Prosser narrowly won the election, and thwarted that drive.  In 2011, WMC worked to pass historic lawsuit reforms that overturned the 2005 Supreme Court rulings — re-establishing limits on medical malpractice awards, punitive damage awards and repealing the lead paint ruling.  Major victories for business and our business climate.
Now, union activists are poised to strike again to create a 4-3 activist majority by defeating conservative Justice Patience Roggensack.  In fact, the unions already have a case in the works from the liberal Dane County Court that would overturn the collective bargaining reforms. 
The Wall Street Journal reported: “The case also provides a stalking horse for the fight over the future of the Wisconsin Supreme Court.  Liberals tried and failed last year to defeat conservative Justice David Prosser in the closely divided court.  But in April they will get another chance to lock in a four-liberal majority when conservative Justice Pat Roggensack is up for electoral retention.”
“The left has lost every electoral attempt to roll back Mr.
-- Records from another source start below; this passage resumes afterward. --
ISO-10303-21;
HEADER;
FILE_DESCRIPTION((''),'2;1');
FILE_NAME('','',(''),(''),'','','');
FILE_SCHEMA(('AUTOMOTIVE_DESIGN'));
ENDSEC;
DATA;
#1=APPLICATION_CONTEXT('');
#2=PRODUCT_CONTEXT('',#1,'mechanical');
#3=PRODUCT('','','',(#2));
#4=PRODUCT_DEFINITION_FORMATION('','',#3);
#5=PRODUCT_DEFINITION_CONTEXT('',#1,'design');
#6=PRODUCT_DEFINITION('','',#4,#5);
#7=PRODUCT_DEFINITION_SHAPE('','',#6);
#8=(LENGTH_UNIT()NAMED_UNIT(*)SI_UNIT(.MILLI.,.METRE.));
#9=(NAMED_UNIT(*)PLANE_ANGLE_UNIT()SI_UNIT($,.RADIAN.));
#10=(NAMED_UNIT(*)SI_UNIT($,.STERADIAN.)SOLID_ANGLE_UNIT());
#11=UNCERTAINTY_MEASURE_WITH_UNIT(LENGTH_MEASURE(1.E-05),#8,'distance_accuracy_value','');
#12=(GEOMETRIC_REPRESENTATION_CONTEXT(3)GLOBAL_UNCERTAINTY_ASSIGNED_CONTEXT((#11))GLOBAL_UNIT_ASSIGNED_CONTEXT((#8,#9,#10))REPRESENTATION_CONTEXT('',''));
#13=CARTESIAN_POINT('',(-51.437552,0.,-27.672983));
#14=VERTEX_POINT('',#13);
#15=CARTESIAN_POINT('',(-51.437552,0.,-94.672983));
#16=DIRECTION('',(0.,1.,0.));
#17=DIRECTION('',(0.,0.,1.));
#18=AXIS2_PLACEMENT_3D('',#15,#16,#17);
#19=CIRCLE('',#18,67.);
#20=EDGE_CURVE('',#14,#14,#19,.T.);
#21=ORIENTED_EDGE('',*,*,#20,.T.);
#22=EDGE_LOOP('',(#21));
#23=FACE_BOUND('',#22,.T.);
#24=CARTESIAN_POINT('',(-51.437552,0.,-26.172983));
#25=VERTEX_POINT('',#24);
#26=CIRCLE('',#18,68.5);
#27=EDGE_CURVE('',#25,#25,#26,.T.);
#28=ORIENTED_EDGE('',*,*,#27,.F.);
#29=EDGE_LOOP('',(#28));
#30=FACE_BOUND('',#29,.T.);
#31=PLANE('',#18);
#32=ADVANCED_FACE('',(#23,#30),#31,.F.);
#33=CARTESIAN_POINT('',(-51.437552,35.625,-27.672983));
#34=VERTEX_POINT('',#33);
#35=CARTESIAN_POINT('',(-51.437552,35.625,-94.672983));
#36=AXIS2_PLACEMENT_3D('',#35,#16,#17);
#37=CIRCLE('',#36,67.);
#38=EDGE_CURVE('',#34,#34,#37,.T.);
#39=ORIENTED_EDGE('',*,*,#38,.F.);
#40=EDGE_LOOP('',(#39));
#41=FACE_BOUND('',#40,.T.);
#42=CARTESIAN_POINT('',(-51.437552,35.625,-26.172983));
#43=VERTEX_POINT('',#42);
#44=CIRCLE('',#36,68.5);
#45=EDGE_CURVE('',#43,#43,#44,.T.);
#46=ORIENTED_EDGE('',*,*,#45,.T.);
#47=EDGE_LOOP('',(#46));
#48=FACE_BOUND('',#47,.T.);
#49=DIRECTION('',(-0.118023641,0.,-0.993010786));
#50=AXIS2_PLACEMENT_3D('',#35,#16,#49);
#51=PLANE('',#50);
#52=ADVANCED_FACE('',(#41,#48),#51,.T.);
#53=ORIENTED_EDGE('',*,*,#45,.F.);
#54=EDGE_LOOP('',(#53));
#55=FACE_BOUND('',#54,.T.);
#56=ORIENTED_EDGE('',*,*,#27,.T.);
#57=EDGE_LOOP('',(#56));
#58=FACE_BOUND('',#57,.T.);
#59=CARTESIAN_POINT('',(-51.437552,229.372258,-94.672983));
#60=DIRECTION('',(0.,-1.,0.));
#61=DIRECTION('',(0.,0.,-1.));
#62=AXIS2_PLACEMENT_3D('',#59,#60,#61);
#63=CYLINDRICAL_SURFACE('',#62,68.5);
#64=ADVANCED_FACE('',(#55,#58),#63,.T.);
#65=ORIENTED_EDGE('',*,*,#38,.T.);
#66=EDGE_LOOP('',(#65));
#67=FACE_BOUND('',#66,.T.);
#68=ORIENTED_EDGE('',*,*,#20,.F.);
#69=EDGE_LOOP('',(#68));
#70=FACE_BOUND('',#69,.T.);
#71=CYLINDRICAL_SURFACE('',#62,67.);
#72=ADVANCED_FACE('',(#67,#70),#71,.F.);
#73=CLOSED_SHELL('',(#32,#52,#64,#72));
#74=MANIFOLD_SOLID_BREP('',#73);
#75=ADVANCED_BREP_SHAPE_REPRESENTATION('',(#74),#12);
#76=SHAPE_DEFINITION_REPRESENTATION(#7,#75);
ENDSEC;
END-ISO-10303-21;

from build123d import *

# Parameters (mm, degrees)
SKETCH1_R           = 68.5
SKETCH1_R_2         = 67
BOSS_EXTRUDE1_DEPTH = 35.625


with BuildPart() as part:
    # Sketch1 → Boss-Extrude1 (new body)
    with BuildSketch(Plane(origin=(0, 0, 0), x_dir=(1, 0, 0), z_dir=(0, 1, 0))):
        with Locations(Location((-51.437551504, 94.672983018, 0), (0, 0, 270))):
            Circle(SKETCH1_R)
        with Locations(Location((-51.437551504, 94.672983018, 0), (0, 0, 270))):
            Circle(SKETCH1_R_2, mode=Mode.SUBTRACT)
    extrude(amount=BOSS_EXTRUDE1_DEPTH)


solid = part.part
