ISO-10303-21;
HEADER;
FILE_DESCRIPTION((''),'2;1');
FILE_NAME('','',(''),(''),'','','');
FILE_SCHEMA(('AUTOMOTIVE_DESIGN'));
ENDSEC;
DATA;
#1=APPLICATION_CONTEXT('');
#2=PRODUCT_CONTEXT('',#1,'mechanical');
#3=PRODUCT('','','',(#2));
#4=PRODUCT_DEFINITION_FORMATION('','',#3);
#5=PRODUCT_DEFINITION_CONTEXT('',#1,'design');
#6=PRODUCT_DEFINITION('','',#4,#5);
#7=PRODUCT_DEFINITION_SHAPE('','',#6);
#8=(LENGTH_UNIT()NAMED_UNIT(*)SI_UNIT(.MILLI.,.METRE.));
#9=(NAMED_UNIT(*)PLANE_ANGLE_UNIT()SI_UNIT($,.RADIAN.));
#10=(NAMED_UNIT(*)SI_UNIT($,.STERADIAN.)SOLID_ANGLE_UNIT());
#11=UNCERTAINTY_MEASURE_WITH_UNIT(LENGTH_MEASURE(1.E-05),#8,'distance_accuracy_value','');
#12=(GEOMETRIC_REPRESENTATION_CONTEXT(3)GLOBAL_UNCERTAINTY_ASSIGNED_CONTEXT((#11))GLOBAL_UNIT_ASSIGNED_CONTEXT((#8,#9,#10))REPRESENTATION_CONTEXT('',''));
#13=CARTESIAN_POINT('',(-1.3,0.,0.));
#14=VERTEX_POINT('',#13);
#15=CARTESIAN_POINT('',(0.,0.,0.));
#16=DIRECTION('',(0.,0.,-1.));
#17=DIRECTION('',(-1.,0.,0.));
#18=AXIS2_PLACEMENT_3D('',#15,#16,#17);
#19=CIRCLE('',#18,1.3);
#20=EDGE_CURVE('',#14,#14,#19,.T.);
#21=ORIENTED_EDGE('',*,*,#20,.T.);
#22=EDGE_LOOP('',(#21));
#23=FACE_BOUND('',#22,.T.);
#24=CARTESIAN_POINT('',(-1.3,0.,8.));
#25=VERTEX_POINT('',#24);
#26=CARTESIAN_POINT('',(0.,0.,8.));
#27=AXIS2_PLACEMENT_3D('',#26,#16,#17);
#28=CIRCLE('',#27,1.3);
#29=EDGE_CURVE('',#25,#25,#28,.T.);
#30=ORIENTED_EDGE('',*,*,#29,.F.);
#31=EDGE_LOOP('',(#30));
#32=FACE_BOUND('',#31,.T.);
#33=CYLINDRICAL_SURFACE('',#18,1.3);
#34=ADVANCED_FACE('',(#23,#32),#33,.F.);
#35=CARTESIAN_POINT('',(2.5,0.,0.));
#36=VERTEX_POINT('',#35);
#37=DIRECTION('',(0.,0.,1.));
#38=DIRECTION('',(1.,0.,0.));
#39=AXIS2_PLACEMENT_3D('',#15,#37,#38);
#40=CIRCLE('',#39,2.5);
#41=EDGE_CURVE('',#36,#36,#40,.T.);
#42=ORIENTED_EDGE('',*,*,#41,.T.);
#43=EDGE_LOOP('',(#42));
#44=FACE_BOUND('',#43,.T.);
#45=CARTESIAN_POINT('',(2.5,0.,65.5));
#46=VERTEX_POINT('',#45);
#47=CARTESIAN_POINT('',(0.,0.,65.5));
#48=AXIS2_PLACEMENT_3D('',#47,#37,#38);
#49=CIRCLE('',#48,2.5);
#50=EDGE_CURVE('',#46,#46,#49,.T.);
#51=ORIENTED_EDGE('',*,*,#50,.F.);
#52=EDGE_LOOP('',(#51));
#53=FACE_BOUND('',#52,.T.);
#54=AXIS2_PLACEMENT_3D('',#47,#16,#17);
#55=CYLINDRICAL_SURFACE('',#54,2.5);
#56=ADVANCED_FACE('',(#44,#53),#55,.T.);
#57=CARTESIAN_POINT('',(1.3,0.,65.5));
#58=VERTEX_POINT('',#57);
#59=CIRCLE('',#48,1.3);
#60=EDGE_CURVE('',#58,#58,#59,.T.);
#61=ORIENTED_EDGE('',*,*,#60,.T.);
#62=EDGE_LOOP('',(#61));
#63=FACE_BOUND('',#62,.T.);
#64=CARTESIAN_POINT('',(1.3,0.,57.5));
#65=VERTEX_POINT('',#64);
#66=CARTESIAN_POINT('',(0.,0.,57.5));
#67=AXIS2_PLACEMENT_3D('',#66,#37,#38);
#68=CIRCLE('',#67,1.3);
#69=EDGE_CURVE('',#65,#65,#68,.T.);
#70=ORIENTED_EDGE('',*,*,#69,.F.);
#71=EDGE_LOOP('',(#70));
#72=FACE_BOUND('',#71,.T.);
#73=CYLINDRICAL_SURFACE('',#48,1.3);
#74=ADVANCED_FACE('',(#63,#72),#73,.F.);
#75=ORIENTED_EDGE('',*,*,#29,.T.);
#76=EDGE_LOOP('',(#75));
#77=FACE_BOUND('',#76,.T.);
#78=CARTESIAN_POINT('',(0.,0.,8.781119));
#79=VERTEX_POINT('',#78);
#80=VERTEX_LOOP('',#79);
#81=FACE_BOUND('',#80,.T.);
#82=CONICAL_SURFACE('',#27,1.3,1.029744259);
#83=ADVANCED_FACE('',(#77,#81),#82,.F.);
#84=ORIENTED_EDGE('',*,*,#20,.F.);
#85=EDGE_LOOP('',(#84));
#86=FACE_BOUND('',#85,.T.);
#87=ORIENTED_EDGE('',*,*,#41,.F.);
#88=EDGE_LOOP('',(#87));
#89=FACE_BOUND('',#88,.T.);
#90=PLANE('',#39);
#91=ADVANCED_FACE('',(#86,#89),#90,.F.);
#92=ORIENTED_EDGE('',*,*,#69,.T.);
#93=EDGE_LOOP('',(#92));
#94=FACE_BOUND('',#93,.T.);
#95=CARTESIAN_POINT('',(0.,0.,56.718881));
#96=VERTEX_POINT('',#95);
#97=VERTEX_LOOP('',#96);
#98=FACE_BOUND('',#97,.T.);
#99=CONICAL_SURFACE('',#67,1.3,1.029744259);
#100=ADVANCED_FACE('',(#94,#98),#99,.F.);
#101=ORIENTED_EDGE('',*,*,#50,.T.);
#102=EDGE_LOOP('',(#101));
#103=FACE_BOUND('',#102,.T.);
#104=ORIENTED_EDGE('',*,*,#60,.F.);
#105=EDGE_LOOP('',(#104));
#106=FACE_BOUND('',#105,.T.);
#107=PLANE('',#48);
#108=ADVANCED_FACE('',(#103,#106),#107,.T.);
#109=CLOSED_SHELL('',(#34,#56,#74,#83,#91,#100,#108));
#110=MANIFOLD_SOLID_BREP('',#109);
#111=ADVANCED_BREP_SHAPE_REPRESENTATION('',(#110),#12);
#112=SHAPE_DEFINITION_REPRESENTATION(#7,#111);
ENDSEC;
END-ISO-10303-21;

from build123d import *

# Parameters (mm, degrees)
SKETCH1_R                 = 2.5
BOSS_EXTRUDE1_DEPTH       = 65.5
M3X0_5_TAPPED_HOLE1_D     = 2.6
M3X0_5_TAPPED_HOLE1_DEPTH = 8
M3X0_5_TAPPED_HOLE1_TIP   = 0.781118805
M3X0_5_TAPPED_HOLE2_D     = 2.6
M3X0_5_TAPPED_HOLE2_DEPTH = 8
M3X0_5_TAPPED_HOLE2_TIP   = 0.781118805


with BuildPart() as part:
    # Sketch1 → Boss-Extrude1 (new body)
    with BuildSketch(Plane.XY):
        Circle(SKETCH1_R)
    extrude(amount=BOSS_EXTRUDE1_DEPTH)

    # M3x0.5 Tapped Hole1
    with Locations(Plane.XY.offset(65.5)):
        with Locations((0, 0)):
            Hole(M3X0_5_TAPPED_HOLE1_D / 2, depth=M3X0_5_TAPPED_HOLE1_DEPTH)
            with Locations((0, 0, -(M3X0_5_TAPPED_HOLE1_DEPTH + M3X0_5_TAPPED_HOLE1_TIP / 2))):  # 118° drill point
                Cone(0, M3X0_5_TAPPED_HOLE1_D / 2, M3X0_5_TAPPED_HOLE1_TIP, mode=Mode.SUBTRACT)

    # M3x0.5 Tapped Hole2
    with Locations(Plane(origin=(0, 0, 0), x_dir=(-1, 0, 0), z_dir=(0, 0, -1))):
        with Locations((0, 0)):
            Hole(M3X0_5_TAPPED_HOLE2_D / 2, depth=M3X0_5_TAPPED_HOLE2_DEPTH)
            with Locations((0, 0, -(M3X0_5_TAPPED_HOLE2_DEPTH + M3X0_5_TAPPED_HOLE2_TIP / 2))):  # 118° drill point
                Cone(0, M3X0_5_TAPPED_HOLE2_D / 2, M3X0_5_TAPPED_HOLE2_TIP, mode=Mode.SUBTRACT)


solid = part.part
Walker’s reforms, which have saved taxpayers a bundle and prevented teacher layoffs throughout the state.  What an offense against democracy it would be if the clear will of Wisconsin’s people were overturned by partisan liberal judges.”
Roggensack faces lemon law lawyer Vince Megna and Marquette University Law Professor Edward A. Fallone.  If Megna or Fallone are elected to the high court, they would establish an activist majority. And, all of the reforms of Governor Scott Walker and the business community would hang in the balance.  The stakes are high this spring.  And, WMC intends to be fully engaged educating the public about the Wisconsin Supreme Court, continuing our winning tradition.